### Problem requirements:
Beginning with the line that contains "#108=CARTESIAN_POINT('',(-12.7,0.,39.754847));" in the material below, print each line exactly until the line that contains "#113=ORIENTED_EDGE('',*,*,#112,.T.);" has been printed, then stop.

### Excerpted records:
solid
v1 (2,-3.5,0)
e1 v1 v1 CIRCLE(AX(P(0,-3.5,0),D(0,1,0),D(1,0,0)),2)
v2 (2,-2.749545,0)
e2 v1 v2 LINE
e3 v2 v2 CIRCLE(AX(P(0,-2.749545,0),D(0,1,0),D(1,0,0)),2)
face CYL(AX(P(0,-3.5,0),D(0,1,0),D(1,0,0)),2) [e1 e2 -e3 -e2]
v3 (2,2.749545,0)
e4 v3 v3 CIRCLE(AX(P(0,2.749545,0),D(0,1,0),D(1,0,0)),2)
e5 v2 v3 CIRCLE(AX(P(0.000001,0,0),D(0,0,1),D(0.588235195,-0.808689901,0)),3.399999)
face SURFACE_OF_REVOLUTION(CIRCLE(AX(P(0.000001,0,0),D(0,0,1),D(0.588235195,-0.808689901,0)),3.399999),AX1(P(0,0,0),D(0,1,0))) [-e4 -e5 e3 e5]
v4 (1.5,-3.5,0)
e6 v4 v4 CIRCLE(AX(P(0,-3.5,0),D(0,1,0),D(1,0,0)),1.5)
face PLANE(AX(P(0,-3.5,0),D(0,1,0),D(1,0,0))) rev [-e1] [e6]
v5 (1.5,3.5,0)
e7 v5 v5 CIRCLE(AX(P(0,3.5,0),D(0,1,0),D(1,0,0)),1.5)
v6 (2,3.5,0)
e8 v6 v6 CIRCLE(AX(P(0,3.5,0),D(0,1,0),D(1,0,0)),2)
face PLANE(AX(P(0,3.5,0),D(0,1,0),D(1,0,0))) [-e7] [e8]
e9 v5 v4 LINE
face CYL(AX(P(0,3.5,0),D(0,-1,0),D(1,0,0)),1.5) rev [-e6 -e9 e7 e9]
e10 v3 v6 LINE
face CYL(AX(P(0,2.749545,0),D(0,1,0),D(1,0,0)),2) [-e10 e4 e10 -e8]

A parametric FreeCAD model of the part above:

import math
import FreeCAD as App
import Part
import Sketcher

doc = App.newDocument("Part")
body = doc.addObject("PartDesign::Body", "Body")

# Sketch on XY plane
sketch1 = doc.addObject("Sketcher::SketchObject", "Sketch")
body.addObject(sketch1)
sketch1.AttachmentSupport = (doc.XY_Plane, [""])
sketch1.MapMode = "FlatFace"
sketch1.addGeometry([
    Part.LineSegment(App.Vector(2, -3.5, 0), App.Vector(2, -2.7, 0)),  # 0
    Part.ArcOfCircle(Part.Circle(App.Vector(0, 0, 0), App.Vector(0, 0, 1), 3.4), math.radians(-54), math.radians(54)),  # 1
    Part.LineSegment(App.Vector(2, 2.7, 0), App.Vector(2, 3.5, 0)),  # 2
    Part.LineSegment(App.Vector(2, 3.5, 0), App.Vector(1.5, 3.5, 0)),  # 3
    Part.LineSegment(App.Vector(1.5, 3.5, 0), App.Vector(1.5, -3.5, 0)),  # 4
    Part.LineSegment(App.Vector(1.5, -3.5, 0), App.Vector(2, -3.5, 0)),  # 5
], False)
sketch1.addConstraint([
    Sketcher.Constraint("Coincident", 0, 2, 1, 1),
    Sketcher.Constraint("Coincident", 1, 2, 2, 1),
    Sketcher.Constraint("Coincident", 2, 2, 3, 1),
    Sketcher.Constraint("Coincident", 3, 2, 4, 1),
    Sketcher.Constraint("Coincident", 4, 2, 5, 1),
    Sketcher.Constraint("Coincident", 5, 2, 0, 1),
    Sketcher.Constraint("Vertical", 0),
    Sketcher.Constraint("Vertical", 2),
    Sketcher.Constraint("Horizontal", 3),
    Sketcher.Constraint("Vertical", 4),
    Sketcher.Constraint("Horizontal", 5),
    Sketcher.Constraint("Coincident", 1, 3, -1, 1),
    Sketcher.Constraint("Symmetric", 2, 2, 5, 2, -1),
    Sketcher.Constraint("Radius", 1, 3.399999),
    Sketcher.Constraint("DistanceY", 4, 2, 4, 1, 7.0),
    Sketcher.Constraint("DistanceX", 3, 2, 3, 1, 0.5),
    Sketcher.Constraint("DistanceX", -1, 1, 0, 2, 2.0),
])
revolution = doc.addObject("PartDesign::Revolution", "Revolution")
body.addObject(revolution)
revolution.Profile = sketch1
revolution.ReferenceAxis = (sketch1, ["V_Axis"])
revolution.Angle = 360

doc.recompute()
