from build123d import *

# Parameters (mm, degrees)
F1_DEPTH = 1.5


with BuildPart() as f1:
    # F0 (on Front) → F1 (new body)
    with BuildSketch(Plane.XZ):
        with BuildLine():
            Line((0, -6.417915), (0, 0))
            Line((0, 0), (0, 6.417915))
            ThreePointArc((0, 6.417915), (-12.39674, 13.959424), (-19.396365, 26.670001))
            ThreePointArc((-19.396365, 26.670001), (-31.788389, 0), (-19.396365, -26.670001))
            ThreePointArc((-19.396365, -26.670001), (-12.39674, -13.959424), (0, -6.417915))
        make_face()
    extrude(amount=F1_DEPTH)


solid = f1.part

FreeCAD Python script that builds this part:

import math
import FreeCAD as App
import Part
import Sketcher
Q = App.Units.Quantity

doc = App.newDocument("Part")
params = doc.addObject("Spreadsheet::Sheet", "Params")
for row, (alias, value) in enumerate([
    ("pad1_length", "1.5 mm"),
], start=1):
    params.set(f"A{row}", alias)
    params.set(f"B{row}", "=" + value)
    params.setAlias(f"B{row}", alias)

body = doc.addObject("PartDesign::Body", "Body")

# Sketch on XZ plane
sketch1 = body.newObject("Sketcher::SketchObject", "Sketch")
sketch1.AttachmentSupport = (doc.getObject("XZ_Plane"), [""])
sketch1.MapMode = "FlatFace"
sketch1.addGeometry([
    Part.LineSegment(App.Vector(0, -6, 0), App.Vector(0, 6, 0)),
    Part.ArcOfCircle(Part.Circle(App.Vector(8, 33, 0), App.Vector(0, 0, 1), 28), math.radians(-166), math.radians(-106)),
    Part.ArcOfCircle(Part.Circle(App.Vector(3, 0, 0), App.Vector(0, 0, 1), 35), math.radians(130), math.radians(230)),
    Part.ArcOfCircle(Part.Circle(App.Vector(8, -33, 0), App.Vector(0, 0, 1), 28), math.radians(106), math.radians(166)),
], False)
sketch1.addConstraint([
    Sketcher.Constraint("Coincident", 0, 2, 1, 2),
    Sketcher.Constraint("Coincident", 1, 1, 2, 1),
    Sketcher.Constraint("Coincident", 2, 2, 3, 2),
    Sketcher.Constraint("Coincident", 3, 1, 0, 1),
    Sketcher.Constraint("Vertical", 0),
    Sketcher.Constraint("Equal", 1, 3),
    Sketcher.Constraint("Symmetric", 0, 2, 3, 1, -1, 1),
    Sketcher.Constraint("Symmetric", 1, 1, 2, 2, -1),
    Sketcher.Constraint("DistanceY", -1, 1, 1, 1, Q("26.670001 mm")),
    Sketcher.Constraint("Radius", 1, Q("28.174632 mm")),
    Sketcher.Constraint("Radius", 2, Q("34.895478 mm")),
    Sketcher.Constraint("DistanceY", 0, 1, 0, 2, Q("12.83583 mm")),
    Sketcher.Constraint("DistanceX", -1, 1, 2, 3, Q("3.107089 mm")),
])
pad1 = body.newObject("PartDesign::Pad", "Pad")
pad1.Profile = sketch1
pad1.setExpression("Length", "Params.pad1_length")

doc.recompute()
---
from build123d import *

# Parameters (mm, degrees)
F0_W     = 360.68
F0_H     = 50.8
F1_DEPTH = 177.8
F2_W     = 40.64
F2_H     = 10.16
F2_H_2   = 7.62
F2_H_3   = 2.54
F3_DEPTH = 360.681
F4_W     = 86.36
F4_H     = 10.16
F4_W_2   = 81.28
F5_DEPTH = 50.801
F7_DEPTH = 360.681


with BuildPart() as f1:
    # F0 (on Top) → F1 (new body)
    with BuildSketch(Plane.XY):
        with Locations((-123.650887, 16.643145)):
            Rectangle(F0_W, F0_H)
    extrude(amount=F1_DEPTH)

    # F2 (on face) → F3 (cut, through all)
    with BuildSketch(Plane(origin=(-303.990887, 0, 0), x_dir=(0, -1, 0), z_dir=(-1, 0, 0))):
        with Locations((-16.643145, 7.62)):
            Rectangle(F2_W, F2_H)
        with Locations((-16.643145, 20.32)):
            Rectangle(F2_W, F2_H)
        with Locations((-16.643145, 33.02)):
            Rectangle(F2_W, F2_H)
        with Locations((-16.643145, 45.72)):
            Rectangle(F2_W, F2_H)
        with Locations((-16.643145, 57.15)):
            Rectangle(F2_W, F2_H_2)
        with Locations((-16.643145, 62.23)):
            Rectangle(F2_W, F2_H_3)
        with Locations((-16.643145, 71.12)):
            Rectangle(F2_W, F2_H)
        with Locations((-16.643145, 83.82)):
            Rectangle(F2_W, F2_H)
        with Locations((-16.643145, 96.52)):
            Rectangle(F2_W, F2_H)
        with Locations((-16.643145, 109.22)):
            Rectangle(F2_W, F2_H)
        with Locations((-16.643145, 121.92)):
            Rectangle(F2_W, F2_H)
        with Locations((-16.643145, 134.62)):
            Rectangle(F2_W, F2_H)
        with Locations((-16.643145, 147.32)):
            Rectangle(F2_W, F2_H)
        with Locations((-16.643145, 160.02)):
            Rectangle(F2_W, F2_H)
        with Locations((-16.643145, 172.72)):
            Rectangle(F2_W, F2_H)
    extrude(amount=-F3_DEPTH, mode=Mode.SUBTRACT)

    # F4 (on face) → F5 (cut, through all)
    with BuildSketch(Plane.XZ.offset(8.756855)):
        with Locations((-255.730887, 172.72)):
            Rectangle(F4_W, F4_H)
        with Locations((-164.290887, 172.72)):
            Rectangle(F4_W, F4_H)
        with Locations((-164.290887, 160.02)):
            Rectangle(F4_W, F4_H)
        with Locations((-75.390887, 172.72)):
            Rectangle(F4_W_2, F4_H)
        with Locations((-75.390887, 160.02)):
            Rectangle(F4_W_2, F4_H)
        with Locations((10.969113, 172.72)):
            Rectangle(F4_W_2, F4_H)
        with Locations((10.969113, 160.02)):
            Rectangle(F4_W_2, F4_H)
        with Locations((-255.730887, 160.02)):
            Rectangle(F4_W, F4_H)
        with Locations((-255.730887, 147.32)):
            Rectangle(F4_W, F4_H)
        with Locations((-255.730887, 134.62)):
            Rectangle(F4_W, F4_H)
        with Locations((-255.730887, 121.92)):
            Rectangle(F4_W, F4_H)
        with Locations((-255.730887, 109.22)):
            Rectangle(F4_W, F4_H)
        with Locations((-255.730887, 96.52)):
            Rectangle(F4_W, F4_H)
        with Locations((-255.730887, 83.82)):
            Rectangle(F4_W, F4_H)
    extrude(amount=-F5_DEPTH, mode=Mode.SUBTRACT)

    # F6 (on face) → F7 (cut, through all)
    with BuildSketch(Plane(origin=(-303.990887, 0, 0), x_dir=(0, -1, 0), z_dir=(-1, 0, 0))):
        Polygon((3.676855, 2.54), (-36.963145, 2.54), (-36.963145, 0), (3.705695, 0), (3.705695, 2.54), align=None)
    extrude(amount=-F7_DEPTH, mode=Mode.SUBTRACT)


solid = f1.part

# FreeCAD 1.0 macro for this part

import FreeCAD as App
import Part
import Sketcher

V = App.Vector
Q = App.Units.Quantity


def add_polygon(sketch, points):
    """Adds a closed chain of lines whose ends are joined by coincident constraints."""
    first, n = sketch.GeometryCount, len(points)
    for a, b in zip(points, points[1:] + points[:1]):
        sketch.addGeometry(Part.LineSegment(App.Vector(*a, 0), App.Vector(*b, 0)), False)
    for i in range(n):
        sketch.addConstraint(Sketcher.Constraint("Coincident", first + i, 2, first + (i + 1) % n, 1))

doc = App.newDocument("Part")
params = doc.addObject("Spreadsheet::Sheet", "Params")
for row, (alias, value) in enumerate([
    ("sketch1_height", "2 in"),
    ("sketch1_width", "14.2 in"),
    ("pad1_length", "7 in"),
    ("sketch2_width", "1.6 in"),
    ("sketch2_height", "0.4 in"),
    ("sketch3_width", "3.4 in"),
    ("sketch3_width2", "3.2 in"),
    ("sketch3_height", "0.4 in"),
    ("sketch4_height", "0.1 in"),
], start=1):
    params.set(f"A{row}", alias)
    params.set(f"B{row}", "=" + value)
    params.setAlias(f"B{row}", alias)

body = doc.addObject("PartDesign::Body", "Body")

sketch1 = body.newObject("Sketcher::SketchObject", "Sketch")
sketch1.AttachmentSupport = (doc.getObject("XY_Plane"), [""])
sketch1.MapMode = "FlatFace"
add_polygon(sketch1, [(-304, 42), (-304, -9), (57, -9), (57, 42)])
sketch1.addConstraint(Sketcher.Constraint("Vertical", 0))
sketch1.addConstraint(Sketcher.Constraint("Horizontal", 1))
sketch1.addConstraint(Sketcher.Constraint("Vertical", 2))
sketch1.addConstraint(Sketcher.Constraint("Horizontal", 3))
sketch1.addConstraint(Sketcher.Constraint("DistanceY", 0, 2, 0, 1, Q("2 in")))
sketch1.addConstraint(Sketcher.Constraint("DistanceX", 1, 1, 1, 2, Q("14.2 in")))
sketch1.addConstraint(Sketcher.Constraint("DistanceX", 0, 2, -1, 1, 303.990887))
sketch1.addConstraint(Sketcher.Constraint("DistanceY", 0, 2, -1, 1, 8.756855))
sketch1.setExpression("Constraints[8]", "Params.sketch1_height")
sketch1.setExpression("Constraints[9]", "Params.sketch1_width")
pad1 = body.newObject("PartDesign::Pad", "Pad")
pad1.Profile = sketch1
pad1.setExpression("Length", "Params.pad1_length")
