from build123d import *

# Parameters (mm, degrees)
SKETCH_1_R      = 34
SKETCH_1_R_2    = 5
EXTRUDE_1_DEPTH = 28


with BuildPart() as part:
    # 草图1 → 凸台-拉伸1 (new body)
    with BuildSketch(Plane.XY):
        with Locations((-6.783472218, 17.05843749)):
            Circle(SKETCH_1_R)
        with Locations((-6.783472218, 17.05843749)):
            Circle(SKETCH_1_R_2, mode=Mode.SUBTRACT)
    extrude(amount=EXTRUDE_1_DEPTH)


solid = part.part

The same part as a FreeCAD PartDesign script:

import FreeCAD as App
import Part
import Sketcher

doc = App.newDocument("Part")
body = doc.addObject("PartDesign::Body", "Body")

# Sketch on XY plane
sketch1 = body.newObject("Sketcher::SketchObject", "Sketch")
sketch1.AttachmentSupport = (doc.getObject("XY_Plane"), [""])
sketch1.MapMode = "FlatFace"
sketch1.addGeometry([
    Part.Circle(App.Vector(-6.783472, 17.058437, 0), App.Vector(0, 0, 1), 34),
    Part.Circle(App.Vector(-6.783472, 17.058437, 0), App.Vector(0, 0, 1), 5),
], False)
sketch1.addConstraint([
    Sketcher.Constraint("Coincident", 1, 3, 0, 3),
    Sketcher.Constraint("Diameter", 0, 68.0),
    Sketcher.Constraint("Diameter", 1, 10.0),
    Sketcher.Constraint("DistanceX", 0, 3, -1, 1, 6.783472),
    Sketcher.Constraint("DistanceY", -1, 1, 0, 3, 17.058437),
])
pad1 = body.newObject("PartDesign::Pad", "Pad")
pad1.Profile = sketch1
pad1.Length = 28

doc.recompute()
* * *
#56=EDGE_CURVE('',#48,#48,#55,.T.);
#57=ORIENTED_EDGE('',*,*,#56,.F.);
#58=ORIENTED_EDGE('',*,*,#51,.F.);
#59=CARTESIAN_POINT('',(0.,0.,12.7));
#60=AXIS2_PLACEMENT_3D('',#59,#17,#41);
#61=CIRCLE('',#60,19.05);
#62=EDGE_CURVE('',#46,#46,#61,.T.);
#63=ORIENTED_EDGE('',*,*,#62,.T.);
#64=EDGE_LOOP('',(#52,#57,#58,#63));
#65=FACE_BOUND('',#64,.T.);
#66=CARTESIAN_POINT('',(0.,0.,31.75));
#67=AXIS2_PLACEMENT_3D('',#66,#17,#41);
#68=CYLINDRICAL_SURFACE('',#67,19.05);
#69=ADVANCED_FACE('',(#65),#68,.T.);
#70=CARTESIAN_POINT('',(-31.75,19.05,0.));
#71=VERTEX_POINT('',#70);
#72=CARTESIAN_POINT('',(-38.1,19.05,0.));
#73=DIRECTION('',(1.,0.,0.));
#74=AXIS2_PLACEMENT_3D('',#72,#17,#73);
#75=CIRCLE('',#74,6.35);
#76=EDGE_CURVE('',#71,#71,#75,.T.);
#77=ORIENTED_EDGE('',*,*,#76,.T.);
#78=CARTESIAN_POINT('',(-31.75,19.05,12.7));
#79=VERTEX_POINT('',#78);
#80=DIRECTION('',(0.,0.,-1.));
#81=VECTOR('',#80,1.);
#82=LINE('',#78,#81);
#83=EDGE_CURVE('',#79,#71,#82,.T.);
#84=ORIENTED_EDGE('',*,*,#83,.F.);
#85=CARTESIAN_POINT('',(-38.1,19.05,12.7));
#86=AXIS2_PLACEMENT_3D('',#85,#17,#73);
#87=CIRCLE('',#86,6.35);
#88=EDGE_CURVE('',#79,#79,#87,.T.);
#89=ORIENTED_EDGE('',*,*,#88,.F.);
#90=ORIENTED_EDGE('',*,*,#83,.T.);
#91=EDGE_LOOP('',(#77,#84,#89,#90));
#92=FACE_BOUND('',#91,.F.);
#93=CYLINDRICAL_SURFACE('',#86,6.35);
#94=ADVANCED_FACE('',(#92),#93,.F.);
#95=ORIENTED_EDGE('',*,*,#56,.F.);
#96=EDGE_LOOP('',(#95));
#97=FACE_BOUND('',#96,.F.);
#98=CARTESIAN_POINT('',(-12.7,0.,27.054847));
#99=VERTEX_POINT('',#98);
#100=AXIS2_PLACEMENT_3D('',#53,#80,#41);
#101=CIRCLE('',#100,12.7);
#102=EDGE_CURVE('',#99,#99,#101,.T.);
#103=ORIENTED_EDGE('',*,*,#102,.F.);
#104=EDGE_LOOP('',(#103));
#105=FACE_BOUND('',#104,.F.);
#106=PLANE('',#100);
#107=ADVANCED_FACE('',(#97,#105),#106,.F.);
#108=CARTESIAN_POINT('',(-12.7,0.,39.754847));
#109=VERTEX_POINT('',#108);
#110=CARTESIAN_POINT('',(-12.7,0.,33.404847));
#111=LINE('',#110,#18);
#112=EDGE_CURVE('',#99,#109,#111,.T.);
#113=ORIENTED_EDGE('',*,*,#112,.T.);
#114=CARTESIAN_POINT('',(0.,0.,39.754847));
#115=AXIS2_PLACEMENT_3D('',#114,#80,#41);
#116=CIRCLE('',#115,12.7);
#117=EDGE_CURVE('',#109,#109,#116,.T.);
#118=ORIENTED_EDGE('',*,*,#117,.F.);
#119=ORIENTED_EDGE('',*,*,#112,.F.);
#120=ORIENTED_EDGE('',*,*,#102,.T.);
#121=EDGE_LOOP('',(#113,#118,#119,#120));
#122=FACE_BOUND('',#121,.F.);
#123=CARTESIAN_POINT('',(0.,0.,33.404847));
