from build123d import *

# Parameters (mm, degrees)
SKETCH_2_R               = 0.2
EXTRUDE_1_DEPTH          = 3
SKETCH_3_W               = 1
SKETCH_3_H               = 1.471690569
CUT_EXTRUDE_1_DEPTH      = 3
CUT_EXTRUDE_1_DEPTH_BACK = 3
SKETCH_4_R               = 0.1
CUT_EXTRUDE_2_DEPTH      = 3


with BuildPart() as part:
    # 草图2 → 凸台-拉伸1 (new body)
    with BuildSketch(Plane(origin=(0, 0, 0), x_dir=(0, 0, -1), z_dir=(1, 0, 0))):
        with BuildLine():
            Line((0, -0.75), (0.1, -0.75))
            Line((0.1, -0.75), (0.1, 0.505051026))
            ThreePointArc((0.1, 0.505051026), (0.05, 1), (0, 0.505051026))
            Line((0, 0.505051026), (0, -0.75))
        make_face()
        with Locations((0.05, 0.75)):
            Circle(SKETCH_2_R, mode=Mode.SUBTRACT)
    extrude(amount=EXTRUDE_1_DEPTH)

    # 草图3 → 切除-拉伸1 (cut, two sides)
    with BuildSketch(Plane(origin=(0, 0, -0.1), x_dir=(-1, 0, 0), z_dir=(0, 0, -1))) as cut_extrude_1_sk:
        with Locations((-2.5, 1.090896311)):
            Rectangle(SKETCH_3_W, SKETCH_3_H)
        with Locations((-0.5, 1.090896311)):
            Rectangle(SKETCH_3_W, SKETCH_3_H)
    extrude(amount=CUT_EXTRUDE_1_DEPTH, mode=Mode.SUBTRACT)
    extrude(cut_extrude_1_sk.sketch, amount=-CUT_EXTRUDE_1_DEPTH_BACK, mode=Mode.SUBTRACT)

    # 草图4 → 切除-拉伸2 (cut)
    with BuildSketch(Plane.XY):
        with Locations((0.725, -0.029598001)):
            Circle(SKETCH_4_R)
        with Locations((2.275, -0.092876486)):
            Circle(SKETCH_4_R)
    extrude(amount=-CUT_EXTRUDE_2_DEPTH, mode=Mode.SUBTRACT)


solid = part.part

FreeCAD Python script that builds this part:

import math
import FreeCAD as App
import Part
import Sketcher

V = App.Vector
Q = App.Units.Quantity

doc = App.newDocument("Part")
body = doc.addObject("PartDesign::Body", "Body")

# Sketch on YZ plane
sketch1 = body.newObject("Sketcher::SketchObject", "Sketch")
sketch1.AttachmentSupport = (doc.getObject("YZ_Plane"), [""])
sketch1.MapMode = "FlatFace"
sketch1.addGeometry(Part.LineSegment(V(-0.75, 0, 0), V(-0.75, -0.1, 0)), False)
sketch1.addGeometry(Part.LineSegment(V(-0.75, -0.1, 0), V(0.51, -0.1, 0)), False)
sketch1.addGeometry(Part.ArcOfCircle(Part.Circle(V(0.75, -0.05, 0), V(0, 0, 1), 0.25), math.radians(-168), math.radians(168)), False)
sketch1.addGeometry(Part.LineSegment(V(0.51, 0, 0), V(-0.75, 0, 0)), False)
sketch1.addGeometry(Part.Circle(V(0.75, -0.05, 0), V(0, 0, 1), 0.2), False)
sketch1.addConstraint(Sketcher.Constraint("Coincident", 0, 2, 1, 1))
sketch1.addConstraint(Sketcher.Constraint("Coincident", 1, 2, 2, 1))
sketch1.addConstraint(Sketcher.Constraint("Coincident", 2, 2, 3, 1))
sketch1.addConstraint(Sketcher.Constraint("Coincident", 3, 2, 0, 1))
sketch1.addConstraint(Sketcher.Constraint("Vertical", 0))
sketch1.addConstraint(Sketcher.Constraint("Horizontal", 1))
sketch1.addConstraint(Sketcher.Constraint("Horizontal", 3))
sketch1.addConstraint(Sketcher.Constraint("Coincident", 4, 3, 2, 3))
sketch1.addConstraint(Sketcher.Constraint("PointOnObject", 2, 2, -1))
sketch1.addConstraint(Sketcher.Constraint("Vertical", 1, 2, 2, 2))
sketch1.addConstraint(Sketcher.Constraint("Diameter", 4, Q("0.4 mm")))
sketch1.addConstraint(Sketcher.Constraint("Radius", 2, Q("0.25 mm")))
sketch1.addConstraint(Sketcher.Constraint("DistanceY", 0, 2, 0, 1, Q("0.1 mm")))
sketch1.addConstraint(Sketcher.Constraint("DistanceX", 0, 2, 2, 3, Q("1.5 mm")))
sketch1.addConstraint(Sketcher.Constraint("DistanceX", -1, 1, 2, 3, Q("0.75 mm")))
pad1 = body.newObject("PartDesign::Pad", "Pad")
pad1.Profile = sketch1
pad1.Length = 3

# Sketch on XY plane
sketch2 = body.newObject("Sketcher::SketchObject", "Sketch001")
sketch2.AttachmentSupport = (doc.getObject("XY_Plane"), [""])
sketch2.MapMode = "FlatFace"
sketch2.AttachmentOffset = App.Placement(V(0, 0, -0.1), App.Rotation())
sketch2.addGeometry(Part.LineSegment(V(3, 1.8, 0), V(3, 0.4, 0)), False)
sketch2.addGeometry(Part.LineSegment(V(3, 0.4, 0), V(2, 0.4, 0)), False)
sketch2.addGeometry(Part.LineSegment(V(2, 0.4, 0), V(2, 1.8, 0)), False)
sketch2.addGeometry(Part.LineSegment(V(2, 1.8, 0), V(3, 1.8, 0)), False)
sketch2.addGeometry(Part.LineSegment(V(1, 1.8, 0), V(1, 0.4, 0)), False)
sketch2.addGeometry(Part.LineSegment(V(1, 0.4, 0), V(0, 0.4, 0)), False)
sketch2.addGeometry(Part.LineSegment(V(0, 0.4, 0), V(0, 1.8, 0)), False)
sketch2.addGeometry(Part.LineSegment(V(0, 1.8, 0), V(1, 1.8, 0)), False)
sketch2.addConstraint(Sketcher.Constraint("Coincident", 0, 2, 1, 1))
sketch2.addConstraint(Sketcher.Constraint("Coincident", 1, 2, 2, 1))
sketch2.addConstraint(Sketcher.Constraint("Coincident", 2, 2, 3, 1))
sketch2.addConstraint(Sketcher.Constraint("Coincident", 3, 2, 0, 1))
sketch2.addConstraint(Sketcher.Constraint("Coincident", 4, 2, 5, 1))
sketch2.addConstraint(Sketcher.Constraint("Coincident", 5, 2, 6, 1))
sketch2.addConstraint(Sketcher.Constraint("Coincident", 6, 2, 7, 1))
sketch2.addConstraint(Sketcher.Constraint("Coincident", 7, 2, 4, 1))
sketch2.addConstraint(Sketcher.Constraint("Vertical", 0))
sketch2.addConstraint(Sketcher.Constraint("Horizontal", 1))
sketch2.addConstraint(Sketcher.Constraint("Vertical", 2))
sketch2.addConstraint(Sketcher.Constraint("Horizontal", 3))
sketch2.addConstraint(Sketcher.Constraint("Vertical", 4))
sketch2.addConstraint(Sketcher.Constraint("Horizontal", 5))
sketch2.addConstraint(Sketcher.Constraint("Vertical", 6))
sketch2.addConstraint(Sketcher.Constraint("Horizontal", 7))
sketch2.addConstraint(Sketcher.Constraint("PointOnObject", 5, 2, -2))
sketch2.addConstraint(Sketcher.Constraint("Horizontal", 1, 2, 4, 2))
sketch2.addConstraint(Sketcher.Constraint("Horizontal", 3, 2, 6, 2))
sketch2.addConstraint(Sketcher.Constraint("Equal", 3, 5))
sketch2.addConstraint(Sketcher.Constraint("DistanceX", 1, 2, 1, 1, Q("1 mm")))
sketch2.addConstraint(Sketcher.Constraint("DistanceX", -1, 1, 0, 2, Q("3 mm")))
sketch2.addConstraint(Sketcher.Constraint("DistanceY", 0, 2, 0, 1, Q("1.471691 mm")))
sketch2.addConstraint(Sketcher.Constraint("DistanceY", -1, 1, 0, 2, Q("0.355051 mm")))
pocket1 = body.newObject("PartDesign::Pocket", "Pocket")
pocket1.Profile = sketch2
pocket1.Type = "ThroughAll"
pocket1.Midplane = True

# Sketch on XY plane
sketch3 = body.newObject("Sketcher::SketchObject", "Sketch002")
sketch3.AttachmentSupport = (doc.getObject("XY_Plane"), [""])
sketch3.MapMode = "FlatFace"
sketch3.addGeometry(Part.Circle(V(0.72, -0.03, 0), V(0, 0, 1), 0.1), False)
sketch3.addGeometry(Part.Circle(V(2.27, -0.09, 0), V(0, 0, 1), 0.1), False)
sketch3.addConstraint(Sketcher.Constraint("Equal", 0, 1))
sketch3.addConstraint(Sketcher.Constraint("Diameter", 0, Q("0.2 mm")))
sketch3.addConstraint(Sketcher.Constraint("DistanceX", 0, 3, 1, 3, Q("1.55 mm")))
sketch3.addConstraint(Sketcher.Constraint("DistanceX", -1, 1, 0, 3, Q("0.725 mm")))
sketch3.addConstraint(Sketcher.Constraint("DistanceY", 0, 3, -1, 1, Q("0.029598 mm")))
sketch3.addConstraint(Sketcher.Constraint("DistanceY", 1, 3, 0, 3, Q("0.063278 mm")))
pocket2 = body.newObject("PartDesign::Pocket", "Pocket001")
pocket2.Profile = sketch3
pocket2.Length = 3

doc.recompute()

### Answer to this problem:
#108=CARTESIAN_POINT('',(-12.7,0.,39.754847));
#109=VERTEX_POINT('',#108);
#110=CARTESIAN_POINT('',(-12.7,0.,33.404847));
#111=LINE('',#110,#18);
#112=EDGE_CURVE('',#99,#109,#111,.T.);
#113=ORIENTED_EDGE('',*,*,#112,.T.);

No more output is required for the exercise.